## REQUIRED ACTION
Set out exactly, line by line, the stretch of data below that begins at the line containing "Circle(F0_R_2, mode=Mode.SUBTRACT)" and ends at the line containing "A parametric FreeCAD", with both ends kept.
★ ★ ★ ★ ★
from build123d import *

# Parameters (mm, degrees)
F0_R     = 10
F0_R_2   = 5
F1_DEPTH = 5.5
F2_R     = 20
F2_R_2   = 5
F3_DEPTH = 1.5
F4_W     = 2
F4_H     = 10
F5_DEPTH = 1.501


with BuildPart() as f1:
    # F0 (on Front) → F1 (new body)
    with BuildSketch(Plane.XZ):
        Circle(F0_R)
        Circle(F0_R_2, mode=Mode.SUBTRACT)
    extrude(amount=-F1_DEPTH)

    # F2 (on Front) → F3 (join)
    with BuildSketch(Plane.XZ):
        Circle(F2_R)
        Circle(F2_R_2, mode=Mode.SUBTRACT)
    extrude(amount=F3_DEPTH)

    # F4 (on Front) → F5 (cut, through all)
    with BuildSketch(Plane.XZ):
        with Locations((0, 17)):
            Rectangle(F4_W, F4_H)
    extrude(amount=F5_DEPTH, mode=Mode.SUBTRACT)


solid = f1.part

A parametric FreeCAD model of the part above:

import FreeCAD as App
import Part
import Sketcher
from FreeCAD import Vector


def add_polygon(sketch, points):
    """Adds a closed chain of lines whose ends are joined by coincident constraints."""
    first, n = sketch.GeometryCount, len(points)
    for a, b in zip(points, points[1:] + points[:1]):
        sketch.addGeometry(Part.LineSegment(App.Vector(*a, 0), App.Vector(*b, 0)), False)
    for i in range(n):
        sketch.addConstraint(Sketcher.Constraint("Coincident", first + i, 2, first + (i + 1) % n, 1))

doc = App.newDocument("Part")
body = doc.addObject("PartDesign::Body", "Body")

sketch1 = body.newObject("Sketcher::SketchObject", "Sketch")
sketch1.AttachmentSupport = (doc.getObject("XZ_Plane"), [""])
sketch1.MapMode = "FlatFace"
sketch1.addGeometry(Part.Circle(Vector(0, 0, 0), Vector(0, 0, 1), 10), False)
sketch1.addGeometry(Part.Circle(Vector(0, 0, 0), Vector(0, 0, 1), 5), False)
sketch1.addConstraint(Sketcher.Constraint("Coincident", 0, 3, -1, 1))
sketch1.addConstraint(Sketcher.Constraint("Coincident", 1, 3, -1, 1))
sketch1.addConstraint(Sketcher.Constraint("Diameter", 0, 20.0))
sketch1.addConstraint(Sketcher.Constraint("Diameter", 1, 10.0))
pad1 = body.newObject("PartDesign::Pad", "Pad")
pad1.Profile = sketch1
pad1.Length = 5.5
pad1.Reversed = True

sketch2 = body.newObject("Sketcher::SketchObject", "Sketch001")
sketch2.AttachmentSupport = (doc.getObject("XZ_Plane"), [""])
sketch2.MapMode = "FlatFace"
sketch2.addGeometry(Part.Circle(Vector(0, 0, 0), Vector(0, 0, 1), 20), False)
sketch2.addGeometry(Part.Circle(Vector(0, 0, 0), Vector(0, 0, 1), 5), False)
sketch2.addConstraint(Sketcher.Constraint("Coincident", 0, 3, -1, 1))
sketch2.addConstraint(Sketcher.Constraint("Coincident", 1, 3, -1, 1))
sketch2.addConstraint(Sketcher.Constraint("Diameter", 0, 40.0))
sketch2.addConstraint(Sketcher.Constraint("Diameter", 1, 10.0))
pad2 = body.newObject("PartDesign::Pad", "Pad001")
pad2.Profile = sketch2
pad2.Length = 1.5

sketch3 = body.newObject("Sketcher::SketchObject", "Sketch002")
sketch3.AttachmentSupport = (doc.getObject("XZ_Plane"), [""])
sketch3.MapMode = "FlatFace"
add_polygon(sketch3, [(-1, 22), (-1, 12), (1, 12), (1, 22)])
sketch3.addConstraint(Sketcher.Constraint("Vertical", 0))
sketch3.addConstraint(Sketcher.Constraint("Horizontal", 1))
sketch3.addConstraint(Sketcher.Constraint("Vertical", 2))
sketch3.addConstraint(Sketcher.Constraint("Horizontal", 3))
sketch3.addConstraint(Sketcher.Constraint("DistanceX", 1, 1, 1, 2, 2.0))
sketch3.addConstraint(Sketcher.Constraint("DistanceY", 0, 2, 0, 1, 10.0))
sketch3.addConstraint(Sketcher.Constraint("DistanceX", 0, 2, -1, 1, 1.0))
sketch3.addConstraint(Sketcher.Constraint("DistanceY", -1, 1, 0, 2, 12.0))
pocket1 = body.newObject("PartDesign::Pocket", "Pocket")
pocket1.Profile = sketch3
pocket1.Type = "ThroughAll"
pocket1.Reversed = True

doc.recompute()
★ ★ ★ ★ ★
## RESPONSE
        Circle(F0_R_2, mode=Mode.SUBTRACT)
    extrude(amount=-F1_DEPTH)

    # F2 (on Front) → F3 (join)
    with BuildSketch(Plane.XZ):
        Circle(F2_R)
        Circle(F2_R_2, mode=Mode.SUBTRACT)
    extrude(amount=F3_DEPTH)

    # F4 (on Front) → F5 (cut, through all)
    with BuildSketch(Plane.XZ):
        with Locations((0, 17)):
            Rectangle(F4_W, F4_H)
    extrude(amount=F5_DEPTH, mode=Mode.SUBTRACT)


solid = f1.part

A parametric FreeCAD model of the part above:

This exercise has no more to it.